DATA TO PROCESS:
Segment Open

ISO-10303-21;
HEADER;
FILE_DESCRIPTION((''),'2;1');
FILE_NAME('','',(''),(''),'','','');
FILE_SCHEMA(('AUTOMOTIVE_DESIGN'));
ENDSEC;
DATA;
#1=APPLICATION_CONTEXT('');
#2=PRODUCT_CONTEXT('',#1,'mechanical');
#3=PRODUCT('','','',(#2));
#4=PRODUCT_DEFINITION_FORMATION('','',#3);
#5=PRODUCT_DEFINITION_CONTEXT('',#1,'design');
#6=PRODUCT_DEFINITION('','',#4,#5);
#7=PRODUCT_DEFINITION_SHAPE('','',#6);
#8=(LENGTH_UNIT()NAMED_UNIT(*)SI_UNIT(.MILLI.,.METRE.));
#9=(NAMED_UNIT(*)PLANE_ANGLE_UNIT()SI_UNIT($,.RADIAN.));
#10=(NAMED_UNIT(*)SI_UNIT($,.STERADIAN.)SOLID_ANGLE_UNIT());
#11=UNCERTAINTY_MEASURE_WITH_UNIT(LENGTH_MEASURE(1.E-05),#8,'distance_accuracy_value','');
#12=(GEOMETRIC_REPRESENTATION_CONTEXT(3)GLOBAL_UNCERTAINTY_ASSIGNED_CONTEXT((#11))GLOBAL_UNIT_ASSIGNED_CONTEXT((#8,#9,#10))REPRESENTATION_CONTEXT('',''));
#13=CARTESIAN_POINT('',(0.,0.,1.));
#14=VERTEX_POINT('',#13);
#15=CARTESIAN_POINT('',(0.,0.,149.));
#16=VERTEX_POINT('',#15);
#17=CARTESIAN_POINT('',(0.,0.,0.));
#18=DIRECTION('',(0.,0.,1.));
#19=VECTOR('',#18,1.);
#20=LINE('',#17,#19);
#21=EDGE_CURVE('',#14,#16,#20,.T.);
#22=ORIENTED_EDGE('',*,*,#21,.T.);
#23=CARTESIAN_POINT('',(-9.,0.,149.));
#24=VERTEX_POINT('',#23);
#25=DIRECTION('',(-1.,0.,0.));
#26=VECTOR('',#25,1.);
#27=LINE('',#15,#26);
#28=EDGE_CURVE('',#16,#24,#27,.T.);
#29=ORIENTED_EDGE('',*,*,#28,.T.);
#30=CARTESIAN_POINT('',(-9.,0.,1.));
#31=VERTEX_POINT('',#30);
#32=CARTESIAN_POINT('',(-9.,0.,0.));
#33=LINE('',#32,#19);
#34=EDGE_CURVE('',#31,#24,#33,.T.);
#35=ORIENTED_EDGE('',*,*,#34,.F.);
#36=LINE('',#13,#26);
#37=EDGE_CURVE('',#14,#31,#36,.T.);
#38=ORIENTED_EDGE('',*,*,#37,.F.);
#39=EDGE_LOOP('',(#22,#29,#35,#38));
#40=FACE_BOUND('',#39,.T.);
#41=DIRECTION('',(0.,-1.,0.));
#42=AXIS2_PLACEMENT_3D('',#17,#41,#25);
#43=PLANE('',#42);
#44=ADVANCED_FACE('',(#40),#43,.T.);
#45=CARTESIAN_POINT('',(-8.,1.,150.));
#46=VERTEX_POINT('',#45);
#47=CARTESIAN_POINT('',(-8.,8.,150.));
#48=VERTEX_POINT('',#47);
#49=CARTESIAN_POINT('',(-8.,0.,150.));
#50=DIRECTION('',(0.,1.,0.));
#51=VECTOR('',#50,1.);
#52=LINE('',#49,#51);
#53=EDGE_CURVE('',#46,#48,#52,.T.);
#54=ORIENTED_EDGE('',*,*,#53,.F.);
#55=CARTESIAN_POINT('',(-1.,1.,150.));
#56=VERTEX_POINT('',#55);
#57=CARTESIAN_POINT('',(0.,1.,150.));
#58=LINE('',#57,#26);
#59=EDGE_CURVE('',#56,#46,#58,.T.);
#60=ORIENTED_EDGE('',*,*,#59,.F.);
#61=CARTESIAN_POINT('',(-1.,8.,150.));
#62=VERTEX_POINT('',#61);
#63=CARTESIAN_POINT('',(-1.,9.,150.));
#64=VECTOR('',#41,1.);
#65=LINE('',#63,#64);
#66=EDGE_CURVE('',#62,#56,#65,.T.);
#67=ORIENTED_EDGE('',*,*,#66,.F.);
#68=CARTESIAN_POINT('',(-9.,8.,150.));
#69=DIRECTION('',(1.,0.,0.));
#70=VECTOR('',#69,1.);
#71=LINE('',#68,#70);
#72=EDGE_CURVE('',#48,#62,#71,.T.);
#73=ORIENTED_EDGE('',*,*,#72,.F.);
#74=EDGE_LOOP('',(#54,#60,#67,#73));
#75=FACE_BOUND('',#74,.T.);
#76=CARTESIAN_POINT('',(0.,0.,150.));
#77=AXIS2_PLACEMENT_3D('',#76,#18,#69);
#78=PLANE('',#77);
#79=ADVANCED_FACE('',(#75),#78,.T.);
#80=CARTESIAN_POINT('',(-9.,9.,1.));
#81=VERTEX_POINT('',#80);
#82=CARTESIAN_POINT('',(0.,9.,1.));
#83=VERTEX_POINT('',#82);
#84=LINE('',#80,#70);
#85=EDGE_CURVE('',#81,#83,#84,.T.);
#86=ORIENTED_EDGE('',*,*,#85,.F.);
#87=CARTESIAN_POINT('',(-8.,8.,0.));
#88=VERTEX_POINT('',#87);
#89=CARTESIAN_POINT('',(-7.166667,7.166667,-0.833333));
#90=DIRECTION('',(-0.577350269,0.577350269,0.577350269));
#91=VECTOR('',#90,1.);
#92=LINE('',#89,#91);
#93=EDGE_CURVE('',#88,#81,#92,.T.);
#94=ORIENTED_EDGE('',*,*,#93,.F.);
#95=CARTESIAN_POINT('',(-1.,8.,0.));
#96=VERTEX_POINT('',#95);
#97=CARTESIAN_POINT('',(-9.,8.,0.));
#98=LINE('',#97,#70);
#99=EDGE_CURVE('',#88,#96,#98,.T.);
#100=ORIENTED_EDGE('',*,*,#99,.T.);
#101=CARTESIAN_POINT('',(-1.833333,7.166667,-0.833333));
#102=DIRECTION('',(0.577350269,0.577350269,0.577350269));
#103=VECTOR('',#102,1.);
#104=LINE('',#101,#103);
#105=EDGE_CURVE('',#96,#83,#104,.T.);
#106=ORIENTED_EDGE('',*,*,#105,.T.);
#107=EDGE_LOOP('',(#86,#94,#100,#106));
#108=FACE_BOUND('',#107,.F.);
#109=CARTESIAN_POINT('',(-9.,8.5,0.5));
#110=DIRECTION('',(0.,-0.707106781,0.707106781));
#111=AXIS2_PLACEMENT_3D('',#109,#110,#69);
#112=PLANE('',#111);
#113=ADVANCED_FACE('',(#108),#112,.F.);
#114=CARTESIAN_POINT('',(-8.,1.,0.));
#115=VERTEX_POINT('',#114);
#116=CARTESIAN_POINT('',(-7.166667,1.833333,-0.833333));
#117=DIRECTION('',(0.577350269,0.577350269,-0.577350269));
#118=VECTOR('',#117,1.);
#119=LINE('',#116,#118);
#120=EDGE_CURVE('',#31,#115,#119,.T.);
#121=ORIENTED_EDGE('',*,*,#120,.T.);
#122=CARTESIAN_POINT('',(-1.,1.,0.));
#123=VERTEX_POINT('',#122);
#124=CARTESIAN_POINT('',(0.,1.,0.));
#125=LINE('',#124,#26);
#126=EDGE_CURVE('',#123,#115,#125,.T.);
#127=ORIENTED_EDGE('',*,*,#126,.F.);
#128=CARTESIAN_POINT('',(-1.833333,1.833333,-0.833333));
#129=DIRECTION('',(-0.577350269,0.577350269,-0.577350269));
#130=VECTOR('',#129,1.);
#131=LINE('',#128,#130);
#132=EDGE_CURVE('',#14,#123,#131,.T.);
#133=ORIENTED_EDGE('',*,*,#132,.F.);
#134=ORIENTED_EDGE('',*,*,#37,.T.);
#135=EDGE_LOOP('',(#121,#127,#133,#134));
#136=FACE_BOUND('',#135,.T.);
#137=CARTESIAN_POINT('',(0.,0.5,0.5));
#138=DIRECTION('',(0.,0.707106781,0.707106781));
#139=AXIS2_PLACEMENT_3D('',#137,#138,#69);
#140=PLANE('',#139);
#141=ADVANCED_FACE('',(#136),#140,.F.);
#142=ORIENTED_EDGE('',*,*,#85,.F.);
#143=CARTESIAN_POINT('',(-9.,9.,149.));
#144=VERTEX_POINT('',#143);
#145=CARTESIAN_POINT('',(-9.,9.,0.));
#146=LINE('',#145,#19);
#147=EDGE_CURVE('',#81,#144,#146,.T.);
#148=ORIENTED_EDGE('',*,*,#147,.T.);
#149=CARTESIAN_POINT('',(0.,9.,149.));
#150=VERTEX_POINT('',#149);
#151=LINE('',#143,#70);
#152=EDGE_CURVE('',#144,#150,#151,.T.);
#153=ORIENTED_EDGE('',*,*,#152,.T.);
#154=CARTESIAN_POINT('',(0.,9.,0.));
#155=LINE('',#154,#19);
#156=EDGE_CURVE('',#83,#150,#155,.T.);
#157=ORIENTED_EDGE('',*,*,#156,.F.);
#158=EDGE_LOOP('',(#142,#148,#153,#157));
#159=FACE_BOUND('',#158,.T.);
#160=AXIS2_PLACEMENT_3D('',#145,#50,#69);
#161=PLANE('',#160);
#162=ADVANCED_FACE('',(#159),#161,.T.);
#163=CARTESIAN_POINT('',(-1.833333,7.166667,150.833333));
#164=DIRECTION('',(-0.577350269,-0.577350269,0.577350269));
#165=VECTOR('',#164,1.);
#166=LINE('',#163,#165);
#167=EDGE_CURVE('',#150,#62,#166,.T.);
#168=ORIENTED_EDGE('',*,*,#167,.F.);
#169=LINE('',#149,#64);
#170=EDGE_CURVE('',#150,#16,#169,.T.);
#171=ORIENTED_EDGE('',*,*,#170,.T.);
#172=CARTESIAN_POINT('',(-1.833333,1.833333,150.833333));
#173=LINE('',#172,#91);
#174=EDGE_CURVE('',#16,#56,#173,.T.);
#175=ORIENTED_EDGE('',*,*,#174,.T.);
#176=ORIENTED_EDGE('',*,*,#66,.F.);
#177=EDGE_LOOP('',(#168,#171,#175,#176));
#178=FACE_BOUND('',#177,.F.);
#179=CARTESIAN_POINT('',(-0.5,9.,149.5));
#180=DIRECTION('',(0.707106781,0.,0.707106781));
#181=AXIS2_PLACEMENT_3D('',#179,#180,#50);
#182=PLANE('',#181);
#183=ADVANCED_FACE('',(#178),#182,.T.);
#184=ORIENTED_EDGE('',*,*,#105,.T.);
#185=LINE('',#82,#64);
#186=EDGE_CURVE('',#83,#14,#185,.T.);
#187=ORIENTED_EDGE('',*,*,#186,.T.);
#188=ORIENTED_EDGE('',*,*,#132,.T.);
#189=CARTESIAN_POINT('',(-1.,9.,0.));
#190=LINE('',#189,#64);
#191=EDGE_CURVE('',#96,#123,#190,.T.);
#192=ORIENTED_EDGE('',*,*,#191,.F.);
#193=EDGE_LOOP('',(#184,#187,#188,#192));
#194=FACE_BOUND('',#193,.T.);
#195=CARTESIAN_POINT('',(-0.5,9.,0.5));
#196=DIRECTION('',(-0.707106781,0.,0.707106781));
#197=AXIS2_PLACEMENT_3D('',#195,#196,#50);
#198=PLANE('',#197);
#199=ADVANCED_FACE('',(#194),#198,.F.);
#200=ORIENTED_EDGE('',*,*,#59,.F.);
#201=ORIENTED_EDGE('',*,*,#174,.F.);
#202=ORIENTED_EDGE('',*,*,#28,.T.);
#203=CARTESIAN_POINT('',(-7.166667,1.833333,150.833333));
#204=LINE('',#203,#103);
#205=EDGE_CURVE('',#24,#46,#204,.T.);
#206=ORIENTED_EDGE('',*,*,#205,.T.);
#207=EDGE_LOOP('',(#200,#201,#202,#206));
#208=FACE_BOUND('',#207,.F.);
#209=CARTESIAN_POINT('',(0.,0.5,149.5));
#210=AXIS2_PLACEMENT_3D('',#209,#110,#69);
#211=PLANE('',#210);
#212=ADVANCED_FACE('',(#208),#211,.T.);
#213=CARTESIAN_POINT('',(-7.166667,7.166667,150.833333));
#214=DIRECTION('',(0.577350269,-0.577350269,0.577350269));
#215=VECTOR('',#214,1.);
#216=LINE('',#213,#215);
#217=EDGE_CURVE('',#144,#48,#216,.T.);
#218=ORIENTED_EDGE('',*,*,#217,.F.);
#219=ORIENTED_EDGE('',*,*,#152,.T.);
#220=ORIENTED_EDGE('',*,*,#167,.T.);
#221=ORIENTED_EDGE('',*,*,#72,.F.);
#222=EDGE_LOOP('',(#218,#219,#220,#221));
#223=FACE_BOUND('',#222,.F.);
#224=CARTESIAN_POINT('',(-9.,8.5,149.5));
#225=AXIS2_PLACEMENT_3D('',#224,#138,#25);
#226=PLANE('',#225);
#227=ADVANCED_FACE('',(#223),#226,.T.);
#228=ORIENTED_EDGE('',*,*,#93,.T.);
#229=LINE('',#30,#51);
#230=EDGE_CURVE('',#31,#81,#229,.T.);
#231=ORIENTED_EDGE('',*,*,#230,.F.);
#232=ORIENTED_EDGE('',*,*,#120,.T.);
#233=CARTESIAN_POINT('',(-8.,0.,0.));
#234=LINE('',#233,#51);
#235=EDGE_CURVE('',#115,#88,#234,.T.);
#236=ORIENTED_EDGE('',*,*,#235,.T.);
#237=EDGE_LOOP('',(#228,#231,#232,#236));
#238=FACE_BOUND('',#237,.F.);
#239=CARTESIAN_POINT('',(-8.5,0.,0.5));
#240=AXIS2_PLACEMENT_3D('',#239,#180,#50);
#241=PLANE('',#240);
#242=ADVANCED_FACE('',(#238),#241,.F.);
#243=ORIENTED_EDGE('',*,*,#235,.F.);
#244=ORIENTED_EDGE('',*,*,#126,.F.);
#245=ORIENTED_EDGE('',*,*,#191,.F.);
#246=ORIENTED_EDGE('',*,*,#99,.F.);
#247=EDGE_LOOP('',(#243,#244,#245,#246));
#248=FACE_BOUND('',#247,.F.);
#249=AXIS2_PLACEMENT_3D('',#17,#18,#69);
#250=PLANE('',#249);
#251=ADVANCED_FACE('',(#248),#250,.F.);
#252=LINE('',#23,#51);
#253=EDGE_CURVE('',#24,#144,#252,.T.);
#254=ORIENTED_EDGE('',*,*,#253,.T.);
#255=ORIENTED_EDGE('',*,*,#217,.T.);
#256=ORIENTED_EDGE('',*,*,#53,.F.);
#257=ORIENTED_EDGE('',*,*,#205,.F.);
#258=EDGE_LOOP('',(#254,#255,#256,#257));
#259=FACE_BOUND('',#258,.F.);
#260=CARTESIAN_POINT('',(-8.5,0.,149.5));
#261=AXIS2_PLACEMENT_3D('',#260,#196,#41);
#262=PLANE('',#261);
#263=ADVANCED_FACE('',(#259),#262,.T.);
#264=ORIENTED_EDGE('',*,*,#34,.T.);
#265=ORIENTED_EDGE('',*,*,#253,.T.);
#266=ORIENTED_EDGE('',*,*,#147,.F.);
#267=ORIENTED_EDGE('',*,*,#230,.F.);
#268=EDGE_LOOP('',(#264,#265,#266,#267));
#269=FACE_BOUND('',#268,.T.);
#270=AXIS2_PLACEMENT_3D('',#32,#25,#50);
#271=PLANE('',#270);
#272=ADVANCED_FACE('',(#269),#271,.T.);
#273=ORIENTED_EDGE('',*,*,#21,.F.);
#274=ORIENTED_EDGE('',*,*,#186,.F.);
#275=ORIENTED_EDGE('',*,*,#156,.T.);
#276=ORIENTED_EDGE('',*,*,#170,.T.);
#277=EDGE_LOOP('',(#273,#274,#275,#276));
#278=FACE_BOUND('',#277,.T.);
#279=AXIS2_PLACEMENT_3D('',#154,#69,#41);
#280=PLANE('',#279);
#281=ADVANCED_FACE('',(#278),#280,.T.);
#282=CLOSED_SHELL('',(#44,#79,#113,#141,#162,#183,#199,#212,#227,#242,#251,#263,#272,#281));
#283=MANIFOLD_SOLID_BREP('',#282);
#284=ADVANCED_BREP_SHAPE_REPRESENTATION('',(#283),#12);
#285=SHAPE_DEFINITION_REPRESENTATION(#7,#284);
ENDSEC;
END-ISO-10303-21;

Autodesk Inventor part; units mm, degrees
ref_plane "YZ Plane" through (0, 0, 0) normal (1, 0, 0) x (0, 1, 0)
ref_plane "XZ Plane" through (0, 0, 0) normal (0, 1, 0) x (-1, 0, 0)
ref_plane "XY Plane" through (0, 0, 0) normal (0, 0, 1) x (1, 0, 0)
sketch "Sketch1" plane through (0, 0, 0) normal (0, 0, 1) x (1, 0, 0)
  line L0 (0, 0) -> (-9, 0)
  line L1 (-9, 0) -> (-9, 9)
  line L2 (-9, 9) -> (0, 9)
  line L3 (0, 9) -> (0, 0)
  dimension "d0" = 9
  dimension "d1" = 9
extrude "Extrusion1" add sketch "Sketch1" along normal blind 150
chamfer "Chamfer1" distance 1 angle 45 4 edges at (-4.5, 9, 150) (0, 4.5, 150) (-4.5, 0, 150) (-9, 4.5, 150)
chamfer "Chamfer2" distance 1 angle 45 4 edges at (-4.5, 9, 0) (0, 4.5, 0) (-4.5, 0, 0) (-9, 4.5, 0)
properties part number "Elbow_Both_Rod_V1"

Segment Closed

TASK BRIEF: Proceeding from the line containing "#61=CARTESIAN_POINT('',(-1.,8.,150.));" through the line containing "#68=CARTESIAN_POINT('',(-9.,8.,150.));", transcribe the lines above exactly, both end lines included.

REPLY:
#61=CARTESIAN_POINT('',(-1.,8.,150.));
#62=VERTEX_POINT('',#61);
#63=CARTESIAN_POINT('',(-1.,9.,150.));
#64=VECTOR('',#41,1.);
#65=LINE('',#63,#64);
#66=EDGE_CURVE('',#62,#56,#65,.T.);
#67=ORIENTED_EDGE('',*,*,#66,.F.);
#68=CARTESIAN_POINT('',(-9.,8.,150.));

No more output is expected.